Task goal:
Among the lines below, take the one holding "#187=ORIENTED_EDGE('',*,*,#150,.F.);", the one holding "#197=ORIENTED_EDGE('',*,*,#122,.F.);", and all lines between them. Set them down exactly.

***** Data extract *****

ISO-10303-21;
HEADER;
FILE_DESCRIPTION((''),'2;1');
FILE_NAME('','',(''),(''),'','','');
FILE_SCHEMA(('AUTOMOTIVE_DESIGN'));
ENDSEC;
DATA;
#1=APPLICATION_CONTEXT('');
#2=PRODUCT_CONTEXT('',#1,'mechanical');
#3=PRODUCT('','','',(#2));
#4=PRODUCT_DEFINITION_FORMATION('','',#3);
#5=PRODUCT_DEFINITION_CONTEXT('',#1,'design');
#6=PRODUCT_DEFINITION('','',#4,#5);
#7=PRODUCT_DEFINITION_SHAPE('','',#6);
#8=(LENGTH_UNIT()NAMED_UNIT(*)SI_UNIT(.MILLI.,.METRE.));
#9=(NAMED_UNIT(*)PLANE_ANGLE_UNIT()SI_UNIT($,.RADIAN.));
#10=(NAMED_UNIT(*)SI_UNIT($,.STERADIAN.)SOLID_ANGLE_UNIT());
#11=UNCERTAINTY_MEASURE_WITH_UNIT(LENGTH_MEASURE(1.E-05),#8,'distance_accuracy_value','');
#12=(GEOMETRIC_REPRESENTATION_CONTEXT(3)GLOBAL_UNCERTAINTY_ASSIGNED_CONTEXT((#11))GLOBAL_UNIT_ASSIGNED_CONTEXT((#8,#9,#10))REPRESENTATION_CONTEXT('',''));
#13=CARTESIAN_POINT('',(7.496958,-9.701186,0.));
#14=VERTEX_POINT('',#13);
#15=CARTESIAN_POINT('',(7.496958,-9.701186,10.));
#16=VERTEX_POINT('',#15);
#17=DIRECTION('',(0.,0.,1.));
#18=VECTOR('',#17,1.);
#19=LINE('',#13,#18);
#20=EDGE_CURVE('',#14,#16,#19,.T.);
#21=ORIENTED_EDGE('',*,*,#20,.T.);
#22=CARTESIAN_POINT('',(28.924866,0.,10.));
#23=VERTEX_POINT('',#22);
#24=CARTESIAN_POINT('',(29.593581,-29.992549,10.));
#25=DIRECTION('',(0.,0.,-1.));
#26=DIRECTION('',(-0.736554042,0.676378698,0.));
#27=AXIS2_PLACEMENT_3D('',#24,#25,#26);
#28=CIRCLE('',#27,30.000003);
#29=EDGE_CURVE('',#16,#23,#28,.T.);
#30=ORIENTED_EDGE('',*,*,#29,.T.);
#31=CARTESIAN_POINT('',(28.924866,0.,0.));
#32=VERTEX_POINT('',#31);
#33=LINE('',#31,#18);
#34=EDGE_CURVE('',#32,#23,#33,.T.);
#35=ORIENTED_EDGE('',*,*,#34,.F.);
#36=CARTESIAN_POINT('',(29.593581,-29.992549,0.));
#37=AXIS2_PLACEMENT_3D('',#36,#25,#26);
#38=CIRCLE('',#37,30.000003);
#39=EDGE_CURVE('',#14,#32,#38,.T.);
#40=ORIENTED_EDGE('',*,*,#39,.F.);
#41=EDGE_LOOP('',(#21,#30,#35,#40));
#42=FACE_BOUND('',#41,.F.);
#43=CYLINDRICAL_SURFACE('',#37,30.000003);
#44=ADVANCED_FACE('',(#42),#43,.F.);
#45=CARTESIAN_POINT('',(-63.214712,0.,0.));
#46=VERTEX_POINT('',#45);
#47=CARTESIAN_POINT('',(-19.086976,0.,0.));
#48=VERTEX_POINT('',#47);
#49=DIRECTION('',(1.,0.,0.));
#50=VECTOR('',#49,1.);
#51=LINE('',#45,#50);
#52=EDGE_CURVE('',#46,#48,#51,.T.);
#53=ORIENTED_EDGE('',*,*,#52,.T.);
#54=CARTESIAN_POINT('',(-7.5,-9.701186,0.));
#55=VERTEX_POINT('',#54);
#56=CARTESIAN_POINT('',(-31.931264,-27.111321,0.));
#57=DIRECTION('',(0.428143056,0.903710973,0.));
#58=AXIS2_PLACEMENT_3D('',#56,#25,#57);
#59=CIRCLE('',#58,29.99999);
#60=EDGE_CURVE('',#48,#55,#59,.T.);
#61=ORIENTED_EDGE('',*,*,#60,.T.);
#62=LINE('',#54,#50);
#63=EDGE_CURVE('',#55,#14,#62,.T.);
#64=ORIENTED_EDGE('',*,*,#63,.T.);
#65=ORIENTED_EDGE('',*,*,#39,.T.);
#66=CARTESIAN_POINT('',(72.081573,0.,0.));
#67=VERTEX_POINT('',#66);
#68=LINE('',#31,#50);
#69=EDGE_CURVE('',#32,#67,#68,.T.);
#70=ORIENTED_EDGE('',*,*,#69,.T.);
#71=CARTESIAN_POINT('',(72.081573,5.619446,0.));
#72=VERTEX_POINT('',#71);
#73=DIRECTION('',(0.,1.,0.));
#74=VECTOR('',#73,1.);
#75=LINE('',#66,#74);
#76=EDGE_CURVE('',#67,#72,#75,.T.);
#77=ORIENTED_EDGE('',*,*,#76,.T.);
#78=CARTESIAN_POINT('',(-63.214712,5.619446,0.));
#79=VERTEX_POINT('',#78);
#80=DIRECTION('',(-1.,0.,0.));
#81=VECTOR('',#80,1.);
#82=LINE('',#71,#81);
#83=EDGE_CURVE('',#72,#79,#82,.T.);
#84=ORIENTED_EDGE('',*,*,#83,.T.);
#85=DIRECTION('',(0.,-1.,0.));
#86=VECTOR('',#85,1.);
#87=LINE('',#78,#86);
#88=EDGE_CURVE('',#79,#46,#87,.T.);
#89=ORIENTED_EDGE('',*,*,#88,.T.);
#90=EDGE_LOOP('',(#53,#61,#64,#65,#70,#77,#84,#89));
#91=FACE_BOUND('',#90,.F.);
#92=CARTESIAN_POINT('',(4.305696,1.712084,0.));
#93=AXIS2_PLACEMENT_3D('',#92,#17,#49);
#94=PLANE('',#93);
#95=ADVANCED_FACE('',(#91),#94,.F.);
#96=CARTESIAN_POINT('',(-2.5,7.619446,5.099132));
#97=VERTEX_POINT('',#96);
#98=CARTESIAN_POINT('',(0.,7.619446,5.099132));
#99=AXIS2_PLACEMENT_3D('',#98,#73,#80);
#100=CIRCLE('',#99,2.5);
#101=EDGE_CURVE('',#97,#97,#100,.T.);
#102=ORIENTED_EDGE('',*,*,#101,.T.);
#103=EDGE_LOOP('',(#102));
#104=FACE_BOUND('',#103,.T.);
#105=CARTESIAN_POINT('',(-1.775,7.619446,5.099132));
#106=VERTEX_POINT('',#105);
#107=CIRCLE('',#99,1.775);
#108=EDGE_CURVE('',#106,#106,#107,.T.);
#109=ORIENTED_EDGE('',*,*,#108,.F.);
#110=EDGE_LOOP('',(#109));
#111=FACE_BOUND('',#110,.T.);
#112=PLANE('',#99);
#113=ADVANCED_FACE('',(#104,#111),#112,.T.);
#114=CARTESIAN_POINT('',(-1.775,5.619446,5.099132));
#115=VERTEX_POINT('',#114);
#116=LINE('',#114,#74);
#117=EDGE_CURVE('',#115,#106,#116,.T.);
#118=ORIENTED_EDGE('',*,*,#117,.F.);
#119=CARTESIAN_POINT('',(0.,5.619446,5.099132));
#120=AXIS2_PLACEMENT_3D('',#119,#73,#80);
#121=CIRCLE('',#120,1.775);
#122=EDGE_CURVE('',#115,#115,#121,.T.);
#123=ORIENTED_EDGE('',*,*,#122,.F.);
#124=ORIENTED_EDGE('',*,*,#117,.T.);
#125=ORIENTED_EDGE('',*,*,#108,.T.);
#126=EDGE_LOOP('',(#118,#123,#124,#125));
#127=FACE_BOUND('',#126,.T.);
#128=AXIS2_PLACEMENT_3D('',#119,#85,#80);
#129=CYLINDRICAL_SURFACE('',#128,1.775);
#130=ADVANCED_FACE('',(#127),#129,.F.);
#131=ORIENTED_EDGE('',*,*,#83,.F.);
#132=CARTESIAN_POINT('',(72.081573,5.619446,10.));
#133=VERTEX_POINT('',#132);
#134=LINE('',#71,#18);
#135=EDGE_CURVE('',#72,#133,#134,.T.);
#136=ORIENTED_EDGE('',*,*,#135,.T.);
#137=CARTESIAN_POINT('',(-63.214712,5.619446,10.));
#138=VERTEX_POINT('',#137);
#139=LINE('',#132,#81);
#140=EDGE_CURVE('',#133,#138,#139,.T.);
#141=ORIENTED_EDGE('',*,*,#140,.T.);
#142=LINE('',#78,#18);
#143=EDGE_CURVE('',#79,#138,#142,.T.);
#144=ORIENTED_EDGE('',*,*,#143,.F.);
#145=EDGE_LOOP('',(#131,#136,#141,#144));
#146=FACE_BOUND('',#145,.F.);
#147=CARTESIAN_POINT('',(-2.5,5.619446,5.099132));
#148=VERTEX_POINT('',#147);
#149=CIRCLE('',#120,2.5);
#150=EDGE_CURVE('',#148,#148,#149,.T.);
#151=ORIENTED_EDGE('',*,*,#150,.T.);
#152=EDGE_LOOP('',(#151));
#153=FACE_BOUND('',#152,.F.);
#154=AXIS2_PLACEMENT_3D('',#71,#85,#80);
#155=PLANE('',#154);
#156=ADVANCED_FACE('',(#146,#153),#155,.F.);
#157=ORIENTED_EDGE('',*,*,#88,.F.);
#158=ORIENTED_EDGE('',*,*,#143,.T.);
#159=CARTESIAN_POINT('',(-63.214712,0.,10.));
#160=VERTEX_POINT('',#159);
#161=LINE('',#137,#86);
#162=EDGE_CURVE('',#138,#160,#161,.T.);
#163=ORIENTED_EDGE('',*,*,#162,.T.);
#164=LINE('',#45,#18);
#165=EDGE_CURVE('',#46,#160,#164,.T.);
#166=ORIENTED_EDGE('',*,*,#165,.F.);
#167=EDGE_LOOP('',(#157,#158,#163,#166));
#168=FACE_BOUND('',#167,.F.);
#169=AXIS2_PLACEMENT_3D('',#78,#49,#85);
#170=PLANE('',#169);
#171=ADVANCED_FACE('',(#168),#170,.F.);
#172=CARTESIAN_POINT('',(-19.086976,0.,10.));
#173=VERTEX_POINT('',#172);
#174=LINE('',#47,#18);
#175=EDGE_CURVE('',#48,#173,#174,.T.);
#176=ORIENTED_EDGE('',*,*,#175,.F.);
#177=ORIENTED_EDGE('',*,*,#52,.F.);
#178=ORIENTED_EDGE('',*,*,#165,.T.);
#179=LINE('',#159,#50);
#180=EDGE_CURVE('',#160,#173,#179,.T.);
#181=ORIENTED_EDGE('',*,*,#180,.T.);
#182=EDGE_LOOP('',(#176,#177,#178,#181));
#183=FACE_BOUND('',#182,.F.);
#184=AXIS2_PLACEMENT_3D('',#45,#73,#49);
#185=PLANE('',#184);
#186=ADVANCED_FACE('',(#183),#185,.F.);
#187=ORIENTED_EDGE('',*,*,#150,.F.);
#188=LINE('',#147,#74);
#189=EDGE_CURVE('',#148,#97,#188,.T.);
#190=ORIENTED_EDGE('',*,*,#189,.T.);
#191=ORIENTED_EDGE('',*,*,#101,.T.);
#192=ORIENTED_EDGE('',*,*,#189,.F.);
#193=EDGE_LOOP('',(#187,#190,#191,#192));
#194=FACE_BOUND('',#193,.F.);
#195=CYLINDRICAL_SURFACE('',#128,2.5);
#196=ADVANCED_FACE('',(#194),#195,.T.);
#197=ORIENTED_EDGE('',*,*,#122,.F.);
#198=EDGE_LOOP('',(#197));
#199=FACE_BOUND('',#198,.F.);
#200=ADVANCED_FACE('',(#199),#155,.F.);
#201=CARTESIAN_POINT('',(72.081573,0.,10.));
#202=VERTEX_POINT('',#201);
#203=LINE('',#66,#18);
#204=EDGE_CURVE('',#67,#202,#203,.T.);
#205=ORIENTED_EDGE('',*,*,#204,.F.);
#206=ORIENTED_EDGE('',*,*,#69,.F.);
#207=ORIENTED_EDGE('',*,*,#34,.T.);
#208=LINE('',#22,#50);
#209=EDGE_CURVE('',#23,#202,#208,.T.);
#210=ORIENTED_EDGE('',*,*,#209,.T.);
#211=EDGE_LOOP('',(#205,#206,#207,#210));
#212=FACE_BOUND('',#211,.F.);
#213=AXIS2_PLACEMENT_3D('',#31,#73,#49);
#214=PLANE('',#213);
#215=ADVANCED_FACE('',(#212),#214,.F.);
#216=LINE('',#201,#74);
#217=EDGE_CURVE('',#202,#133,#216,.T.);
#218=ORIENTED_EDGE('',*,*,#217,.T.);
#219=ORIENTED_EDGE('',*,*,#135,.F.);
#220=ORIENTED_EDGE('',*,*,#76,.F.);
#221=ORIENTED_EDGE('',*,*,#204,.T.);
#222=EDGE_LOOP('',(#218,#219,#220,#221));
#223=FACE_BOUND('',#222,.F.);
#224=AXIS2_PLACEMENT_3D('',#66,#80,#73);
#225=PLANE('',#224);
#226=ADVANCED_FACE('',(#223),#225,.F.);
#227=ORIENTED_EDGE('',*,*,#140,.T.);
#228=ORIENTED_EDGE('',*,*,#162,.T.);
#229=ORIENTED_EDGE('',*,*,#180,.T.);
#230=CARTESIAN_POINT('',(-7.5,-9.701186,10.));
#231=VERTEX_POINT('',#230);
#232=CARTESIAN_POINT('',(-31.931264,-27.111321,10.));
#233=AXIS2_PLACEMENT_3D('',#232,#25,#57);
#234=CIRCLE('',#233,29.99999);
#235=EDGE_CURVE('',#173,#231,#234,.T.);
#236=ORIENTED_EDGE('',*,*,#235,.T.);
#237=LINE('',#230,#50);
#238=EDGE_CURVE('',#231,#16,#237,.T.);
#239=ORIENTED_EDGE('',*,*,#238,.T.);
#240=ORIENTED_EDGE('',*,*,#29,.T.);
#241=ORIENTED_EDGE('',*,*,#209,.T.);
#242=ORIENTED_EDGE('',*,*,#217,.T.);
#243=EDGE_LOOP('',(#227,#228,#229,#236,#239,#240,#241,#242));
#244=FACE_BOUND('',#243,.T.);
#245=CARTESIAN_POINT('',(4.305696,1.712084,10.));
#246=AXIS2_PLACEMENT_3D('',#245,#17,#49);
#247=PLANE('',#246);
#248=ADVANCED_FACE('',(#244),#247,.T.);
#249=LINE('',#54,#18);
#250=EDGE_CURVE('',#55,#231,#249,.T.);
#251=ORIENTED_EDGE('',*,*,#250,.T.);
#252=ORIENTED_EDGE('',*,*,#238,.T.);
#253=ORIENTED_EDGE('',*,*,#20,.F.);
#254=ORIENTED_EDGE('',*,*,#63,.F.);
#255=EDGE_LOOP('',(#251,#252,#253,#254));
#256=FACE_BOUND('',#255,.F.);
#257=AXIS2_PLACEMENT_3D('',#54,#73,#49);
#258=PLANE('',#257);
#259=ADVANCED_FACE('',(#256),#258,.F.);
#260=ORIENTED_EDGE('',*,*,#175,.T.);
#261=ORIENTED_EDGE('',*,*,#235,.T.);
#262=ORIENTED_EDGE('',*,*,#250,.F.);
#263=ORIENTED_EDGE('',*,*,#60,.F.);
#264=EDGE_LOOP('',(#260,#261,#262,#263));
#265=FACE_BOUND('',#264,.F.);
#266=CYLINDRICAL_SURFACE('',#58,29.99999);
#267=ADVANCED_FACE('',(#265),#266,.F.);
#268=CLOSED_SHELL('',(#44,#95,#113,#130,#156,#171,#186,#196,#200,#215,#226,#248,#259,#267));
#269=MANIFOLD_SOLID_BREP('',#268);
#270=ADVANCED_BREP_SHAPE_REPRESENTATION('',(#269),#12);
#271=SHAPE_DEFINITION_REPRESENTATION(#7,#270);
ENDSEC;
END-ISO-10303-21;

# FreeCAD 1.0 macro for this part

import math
import FreeCAD as App
import Part
import Sketcher

V = App.Vector

doc = App.newDocument("Part")
params = doc.addObject("Spreadsheet::Sheet", "Params")
for row, (alias, value) in enumerate([
    ("pad1_length", "10 mm"),
    ("sketch2_diameter", "5 mm"),
    ("sketch2_diameter2", "3.55 mm"),
    ("pad2_length", "2 mm"),
], start=1):
    params.set(f"A{row}", alias)
    params.set(f"B{row}", "=" + value)
    params.setAlias(f"B{row}", alias)

body = doc.addObject("PartDesign::Body", "Body")

# Sketch on XY plane
sketch1 = body.newObject("Sketcher::SketchObject", "Sketch")
sketch1.AttachmentSupport = (doc.getObject("XY_Plane"), [""])
sketch1.MapMode = "FlatFace"
sketch1.addGeometry(Part.ArcOfCircle(Part.Circle(V(-32, -27, 0), V(0, 0, 1), 30), math.radians(35), math.radians(65)), False)
sketch1.addGeometry(Part.LineSegment(V(-8, -10, 0), V(7, -10, 0)), False)
sketch1.addGeometry(Part.ArcOfCircle(Part.Circle(V(30, -30, 0), V(0, 0, 1), 30), math.radians(91), math.radians(137)), False)
sketch1.addGeometry(Part.LineSegment(V(29, 0, 0), V(72, 0, 0)), False)
sketch1.addGeometry(Part.LineSegment(V(72, 0, 0), V(72, 6, 0)), False)
sketch1.addGeometry(Part.LineSegment(V(72, 6, 0), V(-63, 6, 0)), False)
sketch1.addGeometry(Part.LineSegment(V(-63, 6, 0), V(-63, 0, 0)), False)
sketch1.addGeometry(Part.LineSegment(V(-63, 0, 0), V(-19, 0, 0)), False)
sketch1.addConstraint(Sketcher.Constraint("Coincident", 0, 1, 1, 1))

*****

Answer section:
#187=ORIENTED_EDGE('',*,*,#150,.F.);
#188=LINE('',#147,#74);
#189=EDGE_CURVE('',#148,#97,#188,.T.);
#190=ORIENTED_EDGE('',*,*,#189,.T.);
#191=ORIENTED_EDGE('',*,*,#101,.T.);
#192=ORIENTED_EDGE('',*,*,#189,.F.);
#193=EDGE_LOOP('',(#187,#190,#191,#192));
#194=FACE_BOUND('',#193,.F.);
#195=CYLINDRICAL_SURFACE('',#128,2.5);
#196=ADVANCED_FACE('',(#194),#195,.T.);
#197=ORIENTED_EDGE('',*,*,#122,.F.);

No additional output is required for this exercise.